Une nouvelle Sainte Alliance ?

LONDRES -- La récente rencontre au Vatican du “gardien des lieux saints” , le roi Abdallah d’Arabie Saoudite, et du pape Benoît XVI, est un événement majeur, notamment car elle s’est produite alors que les musulmans radicaux réfutent le rôle des “croisés” dans la politique du Moyen-Orient. C’est aussi le signe le plus net de la naissance d’une “sainte alliance” des dirigeants conservateurs du monde. Car le public principal de cette rencontre entre un roi musulman et un pontife catholique n’était pas leurs partisans, mais un autre dirigeant conservateur, le président George W. Bush.

La première Sainte Alliance était une création du prince autrichien Metternich après les guerres napoléoniennes. Elle visait à préserver la paix (et la sécurité de l’empire autrichien relativement fragile) par le biais d’une coalition de vainqueurs partageant les mêmes valeurs.

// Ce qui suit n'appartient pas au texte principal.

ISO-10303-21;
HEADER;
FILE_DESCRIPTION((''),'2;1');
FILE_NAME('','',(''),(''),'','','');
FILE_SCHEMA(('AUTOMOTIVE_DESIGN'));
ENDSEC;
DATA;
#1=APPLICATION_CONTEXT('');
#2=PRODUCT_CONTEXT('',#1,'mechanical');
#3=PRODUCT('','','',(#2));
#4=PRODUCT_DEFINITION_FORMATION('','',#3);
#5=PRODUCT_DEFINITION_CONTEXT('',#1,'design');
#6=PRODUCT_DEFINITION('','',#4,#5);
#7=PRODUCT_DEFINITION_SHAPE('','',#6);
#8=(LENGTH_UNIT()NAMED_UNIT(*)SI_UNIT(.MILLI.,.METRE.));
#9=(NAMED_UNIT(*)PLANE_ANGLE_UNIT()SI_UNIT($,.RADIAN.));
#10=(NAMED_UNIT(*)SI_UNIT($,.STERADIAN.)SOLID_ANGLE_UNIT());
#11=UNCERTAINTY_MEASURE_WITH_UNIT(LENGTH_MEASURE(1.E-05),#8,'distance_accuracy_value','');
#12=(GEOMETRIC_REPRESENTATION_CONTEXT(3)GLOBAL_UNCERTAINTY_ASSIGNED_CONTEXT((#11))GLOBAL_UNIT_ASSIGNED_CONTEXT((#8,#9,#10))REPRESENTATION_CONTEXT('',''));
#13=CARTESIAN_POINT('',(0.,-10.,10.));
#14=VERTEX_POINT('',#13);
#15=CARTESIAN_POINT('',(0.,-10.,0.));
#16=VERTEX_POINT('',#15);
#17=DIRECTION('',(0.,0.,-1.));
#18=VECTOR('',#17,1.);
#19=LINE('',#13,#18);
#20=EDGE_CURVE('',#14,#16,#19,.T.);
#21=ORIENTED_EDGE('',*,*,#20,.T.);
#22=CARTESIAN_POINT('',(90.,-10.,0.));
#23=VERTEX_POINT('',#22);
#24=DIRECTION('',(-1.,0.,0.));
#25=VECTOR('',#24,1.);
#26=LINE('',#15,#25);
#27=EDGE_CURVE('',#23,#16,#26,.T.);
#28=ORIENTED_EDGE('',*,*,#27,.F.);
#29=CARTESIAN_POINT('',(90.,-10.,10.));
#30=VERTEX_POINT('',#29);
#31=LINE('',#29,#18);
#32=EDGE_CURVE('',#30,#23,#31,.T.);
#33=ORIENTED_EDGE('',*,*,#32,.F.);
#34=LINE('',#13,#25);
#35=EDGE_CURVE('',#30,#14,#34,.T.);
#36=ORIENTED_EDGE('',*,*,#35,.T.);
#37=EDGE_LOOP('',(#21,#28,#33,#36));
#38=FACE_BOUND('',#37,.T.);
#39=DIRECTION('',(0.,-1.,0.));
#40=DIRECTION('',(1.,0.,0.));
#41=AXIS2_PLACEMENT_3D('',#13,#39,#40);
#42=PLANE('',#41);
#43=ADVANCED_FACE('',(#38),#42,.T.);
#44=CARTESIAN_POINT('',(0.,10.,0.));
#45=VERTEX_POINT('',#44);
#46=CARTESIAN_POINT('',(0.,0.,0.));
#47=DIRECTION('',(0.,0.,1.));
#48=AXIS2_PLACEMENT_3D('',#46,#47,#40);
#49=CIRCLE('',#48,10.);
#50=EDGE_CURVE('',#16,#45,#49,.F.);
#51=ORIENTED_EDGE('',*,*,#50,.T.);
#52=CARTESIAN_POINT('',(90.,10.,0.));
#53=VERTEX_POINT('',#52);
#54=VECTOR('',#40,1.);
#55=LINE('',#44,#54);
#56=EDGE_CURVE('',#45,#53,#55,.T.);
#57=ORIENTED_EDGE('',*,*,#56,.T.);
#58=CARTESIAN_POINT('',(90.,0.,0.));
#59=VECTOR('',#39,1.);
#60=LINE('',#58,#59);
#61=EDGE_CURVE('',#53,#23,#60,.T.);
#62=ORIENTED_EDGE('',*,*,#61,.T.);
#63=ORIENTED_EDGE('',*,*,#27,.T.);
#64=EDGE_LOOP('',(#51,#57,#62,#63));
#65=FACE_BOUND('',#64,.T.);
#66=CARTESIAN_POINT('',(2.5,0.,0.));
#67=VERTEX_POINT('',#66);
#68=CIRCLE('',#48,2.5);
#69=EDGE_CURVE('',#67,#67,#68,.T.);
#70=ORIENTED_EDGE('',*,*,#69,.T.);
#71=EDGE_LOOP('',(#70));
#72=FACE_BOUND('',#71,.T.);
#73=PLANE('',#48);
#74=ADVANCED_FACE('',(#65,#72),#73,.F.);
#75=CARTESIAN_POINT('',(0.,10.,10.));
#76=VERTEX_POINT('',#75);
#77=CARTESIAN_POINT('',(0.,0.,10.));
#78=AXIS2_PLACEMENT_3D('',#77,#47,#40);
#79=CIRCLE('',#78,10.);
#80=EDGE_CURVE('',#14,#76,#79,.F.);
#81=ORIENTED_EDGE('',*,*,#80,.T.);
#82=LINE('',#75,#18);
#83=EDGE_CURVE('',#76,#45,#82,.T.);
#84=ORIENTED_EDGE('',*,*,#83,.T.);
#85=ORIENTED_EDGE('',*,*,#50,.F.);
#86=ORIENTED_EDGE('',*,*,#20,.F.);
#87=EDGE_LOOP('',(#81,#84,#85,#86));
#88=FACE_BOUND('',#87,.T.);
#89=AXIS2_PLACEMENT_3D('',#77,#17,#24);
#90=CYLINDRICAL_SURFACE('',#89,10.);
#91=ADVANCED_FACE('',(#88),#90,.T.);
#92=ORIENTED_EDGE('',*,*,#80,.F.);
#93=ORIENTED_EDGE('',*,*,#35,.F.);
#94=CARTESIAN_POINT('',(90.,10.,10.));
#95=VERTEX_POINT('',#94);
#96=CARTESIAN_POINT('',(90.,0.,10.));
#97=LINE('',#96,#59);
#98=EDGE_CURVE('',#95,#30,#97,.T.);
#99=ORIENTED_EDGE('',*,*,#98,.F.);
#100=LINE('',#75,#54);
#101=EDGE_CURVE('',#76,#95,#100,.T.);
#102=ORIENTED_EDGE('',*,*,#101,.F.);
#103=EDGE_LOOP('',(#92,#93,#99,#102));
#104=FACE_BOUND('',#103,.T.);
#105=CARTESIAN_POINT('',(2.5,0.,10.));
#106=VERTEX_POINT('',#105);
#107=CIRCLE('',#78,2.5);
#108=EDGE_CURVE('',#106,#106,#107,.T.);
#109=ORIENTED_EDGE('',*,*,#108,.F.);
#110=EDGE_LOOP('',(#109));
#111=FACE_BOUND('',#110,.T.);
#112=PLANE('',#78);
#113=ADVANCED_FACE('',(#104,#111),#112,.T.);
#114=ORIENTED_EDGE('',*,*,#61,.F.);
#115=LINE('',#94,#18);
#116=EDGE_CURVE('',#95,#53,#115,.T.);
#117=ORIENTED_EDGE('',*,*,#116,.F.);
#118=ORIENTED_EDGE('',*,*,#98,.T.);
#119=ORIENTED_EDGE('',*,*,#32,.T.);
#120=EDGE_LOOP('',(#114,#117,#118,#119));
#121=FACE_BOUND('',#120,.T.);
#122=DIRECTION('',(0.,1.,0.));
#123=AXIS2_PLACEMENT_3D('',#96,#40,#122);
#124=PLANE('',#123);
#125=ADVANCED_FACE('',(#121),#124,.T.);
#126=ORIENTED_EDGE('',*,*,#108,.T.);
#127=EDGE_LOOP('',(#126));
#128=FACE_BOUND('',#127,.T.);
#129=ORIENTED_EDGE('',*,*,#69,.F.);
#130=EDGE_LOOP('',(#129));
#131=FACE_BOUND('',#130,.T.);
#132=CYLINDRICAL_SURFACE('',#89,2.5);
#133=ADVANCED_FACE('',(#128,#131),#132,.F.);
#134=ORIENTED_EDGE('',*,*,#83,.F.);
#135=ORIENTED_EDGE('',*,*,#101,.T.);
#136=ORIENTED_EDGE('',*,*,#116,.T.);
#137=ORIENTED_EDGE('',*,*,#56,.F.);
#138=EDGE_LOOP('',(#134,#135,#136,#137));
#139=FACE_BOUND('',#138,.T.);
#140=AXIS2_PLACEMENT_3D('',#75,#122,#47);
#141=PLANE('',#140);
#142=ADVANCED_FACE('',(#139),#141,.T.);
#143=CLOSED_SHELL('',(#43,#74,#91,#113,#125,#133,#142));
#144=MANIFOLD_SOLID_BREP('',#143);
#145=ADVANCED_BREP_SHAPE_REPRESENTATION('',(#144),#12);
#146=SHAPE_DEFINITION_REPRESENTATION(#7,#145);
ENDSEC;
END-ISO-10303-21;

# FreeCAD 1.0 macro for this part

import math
import FreeCAD as App
import Part
import Sketcher
from FreeCAD import Vector
Q = App.Units.Quantity

doc = App.newDocument("Part")
body = doc.addObject("PartDesign::Body", "Body")

sketch1 = body.newObject("Sketcher::SketchObject", "Sketch")
sketch1.AttachmentSupport = (doc.getObject("XY_Plane"), [""])
sketch1.MapMode = "FlatFace"
sketch1.addGeometry(Part.LineSegment(Vector(90, 10, 0), Vector(0, 10, 0)), False)
sketch1.addGeometry(Part.ArcOfCircle(Part.Circle(Vector(0, 0, 0), Vector(0, 0, 1), 10), math.radians(90), math.radians(270)), False)
sketch1.addGeometry(Part.LineSegment(Vector(0, -10, 0), Vector(90, -10, 0)), False)
sketch1.addGeometry(Part.LineSegment(Vector(90, -10, 0), Vector(90, 10, 0)), False)
sketch1.addGeometry(Part.Circle(Vector(0, 0, 0), Vector(0, 0, 1), 2.5), False)
sketch1.addConstraint(Sketcher.Constraint("Tangent", 0, 2, 1, 1))
sketch1.addConstraint(Sketcher.Constraint("Tangent", 1, 2, 2, 1))
sketch1.addConstraint(Sketcher.Constraint("Coincident", 2, 2, 3, 1))
sketch1.addConstraint(Sketcher.Constraint("Coincident", 3, 2, 0, 1))
sketch1.addConstraint(Sketcher.Constraint("Horizontal", 0))
sketch1.addConstraint(Sketcher.Constraint("Horizontal", 2))
sketch1.addConstraint(Sketcher.Constraint("Vertical", 3))
sketch1.addConstraint(Sketcher.Constraint("Coincident", 1, 3, -1, 1))
sketch1.addConstraint(Sketcher.Constraint("Coincident", 4, 3, -1, 1))
sketch1.addConstraint(Sketcher.Constraint("Diameter", 4, Q("5 mm")))
sketch1.addConstraint(Sketcher.Constraint("Radius", 1, Q("10 mm")))
sketch1.addConstraint(Sketcher.Constraint("DistanceX", 0, 2, 0, 1, Q("90 mm")))
pad1 = body.newObject("PartDesign::Pad", "Pad")
pad1.Profile = sketch1
pad1.Length = 10

doc.recompute()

La Sainte Alliance de Metternich fut la seule idée politique originale à émerger de la défaite de Napoléon. Derrière son appellation exaltante se cache une innovation d’une grande portée diplomatique : l’introduction d’un élément de contrôle moral calculé dans les relations internationales. Les intérêts particuliers que les membres de l’alliance - l’Autriche, la Prusse et la Russie - entretenaient dans la survie de leurs institutions nationales les menèrent tous à chercher à éviter des conflits que, dans le passé, ils auraient poursuivis automatiquement.